**About this exercise:** Below are the entries; give again exactly the lines from the one mentioning "Autodesk Inventor part; units mm, degrees" through the one mentioning "line L18 (24.5, -48.75) -> (37.5, -48.75)", inclusive.

Stored data:
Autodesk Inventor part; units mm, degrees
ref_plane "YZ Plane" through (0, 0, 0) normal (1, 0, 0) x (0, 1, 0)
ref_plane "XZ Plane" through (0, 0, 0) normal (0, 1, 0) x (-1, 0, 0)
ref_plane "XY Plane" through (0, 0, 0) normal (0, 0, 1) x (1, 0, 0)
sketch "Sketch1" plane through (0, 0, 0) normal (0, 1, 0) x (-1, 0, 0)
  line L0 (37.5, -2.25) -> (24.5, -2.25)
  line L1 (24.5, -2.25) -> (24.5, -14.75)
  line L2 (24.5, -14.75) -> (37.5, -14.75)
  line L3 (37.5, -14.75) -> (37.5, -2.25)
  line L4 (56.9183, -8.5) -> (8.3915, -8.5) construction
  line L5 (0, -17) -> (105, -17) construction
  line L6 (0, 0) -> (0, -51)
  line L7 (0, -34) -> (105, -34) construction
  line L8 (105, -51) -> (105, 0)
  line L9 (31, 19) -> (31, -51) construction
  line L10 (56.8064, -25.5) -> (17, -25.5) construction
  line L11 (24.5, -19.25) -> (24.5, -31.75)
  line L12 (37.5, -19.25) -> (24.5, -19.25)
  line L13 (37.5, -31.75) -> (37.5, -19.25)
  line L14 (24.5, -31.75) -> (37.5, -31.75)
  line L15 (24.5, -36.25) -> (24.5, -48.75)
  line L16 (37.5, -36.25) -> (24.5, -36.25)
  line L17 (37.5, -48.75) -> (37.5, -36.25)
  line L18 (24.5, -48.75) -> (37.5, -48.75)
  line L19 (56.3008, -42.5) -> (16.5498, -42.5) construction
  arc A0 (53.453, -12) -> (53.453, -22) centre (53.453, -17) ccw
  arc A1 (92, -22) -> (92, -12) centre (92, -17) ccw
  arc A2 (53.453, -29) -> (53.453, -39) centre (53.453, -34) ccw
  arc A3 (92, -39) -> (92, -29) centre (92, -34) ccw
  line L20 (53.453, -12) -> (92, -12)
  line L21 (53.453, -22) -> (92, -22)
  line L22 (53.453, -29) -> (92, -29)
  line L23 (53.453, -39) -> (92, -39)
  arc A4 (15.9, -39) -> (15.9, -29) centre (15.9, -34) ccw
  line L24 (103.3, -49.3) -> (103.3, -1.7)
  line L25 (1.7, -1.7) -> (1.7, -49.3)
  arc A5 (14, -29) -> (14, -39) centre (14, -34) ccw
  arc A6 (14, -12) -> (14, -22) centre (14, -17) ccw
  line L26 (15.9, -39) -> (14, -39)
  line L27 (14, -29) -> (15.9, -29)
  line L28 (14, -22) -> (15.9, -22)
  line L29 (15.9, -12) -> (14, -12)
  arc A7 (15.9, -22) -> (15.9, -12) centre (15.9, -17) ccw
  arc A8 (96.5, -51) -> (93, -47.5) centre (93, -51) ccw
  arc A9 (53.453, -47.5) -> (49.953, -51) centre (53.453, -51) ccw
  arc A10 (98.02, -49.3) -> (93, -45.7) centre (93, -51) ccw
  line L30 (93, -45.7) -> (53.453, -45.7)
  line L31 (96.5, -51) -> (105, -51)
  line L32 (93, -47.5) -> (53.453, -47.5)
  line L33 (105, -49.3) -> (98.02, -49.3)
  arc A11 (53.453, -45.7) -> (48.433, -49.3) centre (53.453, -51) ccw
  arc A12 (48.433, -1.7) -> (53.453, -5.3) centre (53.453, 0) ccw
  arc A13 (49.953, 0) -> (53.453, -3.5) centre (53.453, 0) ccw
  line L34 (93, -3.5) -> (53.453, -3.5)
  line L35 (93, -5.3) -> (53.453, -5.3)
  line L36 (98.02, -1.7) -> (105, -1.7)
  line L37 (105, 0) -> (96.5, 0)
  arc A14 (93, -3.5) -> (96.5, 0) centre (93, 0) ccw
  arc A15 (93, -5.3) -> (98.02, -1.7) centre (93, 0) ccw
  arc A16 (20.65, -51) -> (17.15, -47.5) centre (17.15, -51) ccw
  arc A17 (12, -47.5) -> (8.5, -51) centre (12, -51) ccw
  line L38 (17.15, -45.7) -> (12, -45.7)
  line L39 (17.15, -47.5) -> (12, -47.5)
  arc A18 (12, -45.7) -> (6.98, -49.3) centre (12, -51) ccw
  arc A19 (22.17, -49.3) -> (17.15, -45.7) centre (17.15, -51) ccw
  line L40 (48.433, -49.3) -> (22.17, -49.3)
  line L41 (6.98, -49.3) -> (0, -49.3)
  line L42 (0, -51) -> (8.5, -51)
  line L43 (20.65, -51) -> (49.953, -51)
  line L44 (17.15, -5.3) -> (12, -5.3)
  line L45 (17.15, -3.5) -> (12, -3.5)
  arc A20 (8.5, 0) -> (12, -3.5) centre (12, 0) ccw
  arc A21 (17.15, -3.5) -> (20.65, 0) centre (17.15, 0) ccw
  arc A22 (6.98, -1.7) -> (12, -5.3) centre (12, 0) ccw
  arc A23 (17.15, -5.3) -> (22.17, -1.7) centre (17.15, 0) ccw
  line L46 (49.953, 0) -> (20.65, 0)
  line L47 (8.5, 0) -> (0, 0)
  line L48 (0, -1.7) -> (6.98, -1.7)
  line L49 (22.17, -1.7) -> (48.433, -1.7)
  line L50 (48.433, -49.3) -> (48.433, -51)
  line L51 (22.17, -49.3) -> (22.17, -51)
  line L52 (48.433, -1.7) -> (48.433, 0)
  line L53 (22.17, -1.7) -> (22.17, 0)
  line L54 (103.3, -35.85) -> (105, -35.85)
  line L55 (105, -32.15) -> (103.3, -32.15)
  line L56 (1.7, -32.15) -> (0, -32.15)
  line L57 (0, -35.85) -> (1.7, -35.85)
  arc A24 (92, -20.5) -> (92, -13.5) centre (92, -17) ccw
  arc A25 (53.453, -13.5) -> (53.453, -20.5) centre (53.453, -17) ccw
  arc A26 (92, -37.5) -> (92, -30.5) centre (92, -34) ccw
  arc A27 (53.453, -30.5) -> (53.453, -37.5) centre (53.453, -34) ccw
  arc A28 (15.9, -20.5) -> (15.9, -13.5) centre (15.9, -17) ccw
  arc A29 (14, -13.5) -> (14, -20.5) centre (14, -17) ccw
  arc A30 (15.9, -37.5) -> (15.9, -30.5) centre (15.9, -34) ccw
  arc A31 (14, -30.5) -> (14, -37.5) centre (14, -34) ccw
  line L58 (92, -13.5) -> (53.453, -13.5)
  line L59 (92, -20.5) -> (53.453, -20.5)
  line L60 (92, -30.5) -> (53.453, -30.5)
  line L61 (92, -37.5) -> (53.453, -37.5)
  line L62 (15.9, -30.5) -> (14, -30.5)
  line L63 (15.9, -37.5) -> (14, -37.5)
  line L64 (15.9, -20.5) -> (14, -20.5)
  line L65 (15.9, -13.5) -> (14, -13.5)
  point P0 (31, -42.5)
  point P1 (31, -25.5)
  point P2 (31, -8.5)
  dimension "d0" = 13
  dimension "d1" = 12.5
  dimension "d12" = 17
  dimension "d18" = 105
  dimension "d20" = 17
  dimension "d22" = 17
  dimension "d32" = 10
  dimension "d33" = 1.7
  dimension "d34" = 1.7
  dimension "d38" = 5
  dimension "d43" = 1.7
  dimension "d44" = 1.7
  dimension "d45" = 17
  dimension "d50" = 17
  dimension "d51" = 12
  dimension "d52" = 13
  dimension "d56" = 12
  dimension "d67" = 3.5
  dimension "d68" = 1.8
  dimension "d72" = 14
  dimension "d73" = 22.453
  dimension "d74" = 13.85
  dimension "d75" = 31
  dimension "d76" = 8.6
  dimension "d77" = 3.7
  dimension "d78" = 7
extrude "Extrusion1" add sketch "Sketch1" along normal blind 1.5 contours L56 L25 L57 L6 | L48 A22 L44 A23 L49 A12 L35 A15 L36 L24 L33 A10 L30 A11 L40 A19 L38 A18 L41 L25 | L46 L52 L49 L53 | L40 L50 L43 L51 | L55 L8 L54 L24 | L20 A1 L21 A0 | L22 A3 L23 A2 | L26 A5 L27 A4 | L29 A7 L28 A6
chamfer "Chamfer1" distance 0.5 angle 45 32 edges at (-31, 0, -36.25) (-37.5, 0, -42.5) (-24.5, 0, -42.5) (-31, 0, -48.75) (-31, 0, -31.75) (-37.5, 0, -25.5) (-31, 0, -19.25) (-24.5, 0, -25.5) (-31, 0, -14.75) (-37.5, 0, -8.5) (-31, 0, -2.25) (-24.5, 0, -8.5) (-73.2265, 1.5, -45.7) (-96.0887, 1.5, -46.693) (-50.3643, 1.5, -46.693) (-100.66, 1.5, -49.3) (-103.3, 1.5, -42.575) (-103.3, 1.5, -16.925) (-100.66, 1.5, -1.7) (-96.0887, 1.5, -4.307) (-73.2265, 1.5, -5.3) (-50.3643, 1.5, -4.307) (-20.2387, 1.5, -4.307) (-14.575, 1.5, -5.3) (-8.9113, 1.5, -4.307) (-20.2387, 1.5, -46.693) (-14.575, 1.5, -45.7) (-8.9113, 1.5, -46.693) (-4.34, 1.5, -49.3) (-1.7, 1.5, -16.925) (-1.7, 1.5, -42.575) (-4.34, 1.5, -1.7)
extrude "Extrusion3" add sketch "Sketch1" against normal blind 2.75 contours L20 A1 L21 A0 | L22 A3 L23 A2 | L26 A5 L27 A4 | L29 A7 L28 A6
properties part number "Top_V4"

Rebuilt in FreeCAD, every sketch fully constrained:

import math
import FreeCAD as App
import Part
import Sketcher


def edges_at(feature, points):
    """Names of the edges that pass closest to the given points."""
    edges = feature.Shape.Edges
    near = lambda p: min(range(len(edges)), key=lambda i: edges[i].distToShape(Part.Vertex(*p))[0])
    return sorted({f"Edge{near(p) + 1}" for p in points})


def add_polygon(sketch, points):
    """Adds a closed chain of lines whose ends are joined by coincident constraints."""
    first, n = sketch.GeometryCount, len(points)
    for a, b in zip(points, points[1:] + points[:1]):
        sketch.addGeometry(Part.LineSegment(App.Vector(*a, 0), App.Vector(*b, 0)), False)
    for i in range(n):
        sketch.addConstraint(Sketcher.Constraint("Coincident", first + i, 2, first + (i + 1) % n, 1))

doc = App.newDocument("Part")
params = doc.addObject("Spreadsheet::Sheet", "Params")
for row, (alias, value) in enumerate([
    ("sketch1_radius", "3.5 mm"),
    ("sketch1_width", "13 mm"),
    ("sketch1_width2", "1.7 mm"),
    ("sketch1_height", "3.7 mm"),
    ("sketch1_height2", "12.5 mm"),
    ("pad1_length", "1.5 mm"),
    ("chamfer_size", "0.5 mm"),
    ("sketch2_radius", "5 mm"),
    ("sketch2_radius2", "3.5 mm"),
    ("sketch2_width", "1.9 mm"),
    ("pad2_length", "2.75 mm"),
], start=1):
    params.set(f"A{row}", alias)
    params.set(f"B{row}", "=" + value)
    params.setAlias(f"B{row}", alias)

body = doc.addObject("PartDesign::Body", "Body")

* * *

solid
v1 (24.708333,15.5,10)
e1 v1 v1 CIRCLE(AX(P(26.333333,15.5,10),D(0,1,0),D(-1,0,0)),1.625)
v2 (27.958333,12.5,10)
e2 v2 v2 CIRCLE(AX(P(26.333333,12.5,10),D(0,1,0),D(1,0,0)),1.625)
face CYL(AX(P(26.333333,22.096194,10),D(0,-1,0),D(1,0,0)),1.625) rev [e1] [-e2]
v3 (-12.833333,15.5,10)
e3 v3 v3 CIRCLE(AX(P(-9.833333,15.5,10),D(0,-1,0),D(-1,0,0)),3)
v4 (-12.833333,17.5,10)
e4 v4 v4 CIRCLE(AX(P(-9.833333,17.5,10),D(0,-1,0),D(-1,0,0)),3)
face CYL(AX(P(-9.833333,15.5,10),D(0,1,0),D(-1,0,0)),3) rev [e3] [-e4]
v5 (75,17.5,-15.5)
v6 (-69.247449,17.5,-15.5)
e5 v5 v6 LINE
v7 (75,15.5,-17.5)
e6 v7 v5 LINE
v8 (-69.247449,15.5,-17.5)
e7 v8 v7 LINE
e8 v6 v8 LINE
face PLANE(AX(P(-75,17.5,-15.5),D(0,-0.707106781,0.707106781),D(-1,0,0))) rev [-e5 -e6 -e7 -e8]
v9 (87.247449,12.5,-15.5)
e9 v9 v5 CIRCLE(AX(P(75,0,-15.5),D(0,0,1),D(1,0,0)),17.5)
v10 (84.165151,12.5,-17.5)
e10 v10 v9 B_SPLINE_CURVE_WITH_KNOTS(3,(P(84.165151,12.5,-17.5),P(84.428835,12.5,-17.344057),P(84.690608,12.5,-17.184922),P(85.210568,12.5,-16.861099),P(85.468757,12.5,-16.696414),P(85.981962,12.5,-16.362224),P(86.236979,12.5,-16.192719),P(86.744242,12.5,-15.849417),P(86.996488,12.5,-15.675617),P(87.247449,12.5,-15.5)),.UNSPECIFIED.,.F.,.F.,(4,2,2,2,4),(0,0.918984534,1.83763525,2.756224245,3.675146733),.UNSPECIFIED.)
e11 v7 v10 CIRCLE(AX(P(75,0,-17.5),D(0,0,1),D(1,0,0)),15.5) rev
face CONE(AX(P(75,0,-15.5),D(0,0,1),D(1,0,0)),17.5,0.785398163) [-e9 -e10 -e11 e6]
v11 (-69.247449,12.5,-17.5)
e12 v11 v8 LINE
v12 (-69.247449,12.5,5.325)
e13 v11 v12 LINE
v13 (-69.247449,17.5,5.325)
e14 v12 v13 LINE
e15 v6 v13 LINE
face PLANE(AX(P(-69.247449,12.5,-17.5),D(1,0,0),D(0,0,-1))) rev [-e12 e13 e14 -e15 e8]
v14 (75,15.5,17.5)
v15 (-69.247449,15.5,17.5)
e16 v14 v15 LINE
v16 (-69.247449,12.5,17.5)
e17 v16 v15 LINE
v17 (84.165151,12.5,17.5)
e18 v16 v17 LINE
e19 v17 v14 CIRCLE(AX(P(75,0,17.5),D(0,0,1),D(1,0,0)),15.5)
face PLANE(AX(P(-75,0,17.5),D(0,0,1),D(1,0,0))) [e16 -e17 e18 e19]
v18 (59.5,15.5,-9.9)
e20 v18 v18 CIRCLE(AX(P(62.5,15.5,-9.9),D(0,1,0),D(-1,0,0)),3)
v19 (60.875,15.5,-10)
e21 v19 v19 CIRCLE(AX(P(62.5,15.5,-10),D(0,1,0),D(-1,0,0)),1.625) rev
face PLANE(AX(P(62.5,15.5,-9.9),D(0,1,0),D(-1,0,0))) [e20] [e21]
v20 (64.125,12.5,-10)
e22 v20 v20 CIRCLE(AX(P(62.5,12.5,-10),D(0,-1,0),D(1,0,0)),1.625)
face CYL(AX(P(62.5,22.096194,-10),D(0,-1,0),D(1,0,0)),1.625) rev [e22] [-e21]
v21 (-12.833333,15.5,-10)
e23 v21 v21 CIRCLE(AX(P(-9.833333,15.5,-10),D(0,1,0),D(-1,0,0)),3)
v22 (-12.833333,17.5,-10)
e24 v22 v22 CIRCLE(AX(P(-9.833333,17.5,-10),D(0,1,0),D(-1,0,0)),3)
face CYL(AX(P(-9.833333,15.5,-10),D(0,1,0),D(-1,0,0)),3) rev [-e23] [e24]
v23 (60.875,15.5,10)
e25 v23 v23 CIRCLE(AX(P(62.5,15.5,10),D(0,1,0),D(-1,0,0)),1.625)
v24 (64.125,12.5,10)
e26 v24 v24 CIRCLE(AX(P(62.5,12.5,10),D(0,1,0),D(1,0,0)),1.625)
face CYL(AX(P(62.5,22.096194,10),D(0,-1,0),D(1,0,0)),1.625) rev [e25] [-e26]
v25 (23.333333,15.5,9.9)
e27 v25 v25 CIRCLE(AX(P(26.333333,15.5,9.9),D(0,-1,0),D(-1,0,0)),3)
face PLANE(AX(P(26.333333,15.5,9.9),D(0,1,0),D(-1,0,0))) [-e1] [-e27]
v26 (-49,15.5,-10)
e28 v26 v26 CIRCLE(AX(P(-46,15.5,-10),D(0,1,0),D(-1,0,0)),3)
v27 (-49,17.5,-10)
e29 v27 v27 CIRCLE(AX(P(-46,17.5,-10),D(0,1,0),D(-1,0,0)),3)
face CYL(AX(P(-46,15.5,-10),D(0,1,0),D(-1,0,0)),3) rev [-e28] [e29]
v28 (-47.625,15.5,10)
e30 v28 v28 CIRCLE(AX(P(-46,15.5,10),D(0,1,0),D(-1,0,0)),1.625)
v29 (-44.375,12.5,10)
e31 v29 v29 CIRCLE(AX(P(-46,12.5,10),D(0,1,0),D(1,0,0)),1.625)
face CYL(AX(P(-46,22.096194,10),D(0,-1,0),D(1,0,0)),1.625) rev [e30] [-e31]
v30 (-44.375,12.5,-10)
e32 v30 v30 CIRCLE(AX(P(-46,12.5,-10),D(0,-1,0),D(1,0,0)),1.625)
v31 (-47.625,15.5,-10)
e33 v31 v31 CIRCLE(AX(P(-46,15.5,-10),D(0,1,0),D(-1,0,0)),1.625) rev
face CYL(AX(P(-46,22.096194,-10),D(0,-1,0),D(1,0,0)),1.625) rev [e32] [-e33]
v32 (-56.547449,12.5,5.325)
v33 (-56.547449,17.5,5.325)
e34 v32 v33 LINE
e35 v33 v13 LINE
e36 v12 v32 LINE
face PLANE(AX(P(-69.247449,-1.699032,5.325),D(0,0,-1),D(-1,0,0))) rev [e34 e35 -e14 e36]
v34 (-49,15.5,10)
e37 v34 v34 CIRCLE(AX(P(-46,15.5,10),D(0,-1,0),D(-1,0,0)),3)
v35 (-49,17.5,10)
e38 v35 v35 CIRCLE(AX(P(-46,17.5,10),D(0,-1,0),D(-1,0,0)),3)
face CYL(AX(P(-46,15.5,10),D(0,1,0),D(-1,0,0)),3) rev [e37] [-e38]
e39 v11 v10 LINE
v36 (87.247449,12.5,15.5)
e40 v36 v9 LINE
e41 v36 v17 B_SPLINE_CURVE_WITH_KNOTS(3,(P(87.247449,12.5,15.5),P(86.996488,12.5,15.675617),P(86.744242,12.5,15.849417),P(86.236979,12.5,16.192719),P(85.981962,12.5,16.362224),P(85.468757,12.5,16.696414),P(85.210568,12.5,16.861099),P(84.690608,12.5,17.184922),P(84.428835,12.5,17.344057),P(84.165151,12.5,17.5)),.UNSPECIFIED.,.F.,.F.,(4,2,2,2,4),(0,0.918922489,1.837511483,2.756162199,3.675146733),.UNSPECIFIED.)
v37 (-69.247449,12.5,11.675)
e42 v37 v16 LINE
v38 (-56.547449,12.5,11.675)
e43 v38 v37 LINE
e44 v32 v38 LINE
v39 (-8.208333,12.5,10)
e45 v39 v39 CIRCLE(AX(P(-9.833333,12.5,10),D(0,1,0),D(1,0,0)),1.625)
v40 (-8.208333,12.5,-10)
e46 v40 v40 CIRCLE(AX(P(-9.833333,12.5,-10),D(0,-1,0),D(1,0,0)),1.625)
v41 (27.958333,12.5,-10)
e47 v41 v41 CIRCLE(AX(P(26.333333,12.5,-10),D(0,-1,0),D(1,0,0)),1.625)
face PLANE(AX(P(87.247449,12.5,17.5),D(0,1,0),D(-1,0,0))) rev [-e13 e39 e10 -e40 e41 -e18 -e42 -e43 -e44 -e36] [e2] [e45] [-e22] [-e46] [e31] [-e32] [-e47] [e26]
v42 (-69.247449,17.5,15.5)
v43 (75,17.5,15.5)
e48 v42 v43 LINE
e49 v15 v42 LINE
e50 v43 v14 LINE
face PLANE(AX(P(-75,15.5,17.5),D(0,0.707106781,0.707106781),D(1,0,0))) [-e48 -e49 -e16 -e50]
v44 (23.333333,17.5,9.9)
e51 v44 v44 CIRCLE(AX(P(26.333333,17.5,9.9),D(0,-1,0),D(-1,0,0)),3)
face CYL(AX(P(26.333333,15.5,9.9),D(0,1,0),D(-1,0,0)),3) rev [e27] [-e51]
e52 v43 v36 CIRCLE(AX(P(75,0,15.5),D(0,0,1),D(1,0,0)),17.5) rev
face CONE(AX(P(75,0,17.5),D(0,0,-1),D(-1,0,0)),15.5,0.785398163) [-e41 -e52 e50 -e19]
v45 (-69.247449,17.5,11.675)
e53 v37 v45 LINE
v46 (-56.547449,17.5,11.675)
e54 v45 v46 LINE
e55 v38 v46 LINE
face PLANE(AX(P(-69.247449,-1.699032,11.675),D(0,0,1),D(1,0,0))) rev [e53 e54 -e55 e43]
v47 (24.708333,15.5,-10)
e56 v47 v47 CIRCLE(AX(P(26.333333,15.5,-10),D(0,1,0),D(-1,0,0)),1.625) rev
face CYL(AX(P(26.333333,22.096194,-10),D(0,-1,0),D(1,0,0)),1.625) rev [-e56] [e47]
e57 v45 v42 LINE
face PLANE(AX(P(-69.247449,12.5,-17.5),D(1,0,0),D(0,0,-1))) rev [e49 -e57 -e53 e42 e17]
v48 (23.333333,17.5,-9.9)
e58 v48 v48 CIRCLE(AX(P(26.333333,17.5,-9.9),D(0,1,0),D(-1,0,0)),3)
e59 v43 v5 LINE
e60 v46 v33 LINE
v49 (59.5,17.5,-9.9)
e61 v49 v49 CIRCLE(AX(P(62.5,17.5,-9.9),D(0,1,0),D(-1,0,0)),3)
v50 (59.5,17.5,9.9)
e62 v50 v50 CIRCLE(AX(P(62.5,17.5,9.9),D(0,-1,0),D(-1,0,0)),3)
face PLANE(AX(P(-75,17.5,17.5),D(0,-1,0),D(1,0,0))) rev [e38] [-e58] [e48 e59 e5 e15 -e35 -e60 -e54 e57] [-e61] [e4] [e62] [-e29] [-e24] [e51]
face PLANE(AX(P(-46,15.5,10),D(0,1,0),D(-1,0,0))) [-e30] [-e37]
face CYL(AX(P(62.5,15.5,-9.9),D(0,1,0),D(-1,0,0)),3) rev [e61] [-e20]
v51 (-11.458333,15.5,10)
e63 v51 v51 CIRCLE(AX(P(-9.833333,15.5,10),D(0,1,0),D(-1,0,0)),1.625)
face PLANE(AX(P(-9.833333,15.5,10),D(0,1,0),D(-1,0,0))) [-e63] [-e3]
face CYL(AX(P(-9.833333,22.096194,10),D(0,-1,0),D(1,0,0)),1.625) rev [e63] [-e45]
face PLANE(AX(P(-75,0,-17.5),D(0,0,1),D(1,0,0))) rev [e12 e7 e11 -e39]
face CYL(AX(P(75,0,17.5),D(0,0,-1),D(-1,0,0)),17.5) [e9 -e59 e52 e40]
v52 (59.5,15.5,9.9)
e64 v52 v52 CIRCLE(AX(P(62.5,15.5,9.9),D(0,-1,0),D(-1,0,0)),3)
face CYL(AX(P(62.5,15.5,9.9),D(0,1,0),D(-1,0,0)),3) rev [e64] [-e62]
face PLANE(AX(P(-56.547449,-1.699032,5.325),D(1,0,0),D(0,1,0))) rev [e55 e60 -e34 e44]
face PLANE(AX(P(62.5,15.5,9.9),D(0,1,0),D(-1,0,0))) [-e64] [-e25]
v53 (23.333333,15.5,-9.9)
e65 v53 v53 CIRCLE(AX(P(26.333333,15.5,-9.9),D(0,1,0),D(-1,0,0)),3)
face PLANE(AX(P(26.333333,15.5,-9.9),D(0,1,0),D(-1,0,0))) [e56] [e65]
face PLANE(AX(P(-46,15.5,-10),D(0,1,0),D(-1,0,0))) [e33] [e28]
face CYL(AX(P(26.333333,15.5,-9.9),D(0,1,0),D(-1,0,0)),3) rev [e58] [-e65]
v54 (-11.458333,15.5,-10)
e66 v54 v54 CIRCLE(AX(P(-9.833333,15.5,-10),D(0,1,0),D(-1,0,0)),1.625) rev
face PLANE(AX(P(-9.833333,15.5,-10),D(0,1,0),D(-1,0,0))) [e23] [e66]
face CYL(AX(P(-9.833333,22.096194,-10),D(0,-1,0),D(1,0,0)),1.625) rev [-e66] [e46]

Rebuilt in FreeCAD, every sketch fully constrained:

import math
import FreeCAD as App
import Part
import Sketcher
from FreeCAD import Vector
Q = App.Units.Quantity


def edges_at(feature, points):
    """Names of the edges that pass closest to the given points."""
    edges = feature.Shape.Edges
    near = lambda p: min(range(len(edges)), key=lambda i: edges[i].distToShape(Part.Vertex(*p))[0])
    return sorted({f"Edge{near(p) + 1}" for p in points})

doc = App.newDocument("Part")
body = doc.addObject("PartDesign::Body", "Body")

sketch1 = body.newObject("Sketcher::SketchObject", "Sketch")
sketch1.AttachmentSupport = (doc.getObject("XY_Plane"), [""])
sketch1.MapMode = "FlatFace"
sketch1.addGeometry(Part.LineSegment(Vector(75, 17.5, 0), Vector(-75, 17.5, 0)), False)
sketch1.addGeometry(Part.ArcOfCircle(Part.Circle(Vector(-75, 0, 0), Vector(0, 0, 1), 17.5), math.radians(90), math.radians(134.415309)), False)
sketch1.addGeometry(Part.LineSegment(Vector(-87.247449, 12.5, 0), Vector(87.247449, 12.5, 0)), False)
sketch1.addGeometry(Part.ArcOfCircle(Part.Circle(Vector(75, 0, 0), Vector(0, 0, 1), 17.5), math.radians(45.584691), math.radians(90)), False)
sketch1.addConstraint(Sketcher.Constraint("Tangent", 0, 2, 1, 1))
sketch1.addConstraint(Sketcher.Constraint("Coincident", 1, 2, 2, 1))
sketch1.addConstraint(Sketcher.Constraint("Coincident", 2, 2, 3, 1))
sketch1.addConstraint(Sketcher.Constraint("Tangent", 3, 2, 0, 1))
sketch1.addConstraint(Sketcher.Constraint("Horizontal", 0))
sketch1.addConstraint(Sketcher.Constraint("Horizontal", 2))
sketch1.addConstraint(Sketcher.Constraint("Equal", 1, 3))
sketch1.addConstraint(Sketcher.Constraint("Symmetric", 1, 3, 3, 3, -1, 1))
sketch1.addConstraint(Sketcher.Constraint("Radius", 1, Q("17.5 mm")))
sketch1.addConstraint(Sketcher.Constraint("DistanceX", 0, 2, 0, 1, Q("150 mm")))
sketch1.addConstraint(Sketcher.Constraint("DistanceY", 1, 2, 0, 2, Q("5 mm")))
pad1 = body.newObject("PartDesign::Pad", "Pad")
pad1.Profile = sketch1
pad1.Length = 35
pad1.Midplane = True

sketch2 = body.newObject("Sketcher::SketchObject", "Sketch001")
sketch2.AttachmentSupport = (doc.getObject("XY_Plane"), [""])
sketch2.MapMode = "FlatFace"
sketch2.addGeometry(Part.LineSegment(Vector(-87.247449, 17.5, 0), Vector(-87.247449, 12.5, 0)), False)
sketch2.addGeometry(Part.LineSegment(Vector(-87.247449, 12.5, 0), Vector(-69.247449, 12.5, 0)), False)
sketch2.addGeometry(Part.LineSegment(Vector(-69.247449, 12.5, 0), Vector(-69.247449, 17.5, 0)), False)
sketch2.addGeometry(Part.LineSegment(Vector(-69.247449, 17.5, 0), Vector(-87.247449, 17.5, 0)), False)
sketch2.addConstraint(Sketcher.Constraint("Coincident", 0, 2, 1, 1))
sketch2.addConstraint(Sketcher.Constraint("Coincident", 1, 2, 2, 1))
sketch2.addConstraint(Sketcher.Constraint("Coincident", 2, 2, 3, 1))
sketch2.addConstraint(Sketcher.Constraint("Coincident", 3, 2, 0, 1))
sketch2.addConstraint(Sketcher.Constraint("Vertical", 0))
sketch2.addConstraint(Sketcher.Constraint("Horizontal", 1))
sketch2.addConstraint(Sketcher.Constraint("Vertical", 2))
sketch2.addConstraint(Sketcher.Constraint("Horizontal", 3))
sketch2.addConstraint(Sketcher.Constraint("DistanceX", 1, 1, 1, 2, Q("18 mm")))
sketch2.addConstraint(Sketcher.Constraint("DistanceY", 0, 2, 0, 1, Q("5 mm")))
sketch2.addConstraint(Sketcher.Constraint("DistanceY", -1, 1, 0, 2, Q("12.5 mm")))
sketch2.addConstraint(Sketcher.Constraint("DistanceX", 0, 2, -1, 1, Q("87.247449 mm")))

**Written answer:**
Autodesk Inventor part; units mm, degrees
ref_plane "YZ Plane" through (0, 0, 0) normal (1, 0, 0) x (0, 1, 0)
ref_plane "XZ Plane" through (0, 0, 0) normal (0, 1, 0) x (-1, 0, 0)
ref_plane "XY Plane" through (0, 0, 0) normal (0, 0, 1) x (1, 0, 0)
sketch "Sketch1" plane through (0, 0, 0) normal (0, 1, 0) x (-1, 0, 0)
  line L0 (37.5, -2.25) -> (24.5, -2.25)
  line L1 (24.5, -2.25) -> (24.5, -14.75)
  line L2 (24.5, -14.75) -> (37.5, -14.75)
  line L3 (37.5, -14.75) -> (37.5, -2.25)
  line L4 (56.9183, -8.5) -> (8.3915, -8.5) construction
  line L5 (0, -17) -> (105, -17) construction
  line L6 (0, 0) -> (0, -51)
  line L7 (0, -34) -> (105, -34) construction
  line L8 (105, -51) -> (105, 0)
  line L9 (31, 19) -> (31, -51) construction
  line L10 (56.8064, -25.5) -> (17, -25.5) construction
  line L11 (24.5, -19.25) -> (24.5, -31.75)
  line L12 (37.5, -19.25) -> (24.5, -19.25)
  line L13 (37.5, -31.75) -> (37.5, -19.25)
  line L14 (24.5, -31.75) -> (37.5, -31.75)
  line L15 (24.5, -36.25) -> (24.5, -48.75)
  line L16 (37.5, -36.25) -> (24.5, -36.25)
  line L17 (37.5, -48.75) -> (37.5, -36.25)
  line L18 (24.5, -48.75) -> (37.5, -48.75)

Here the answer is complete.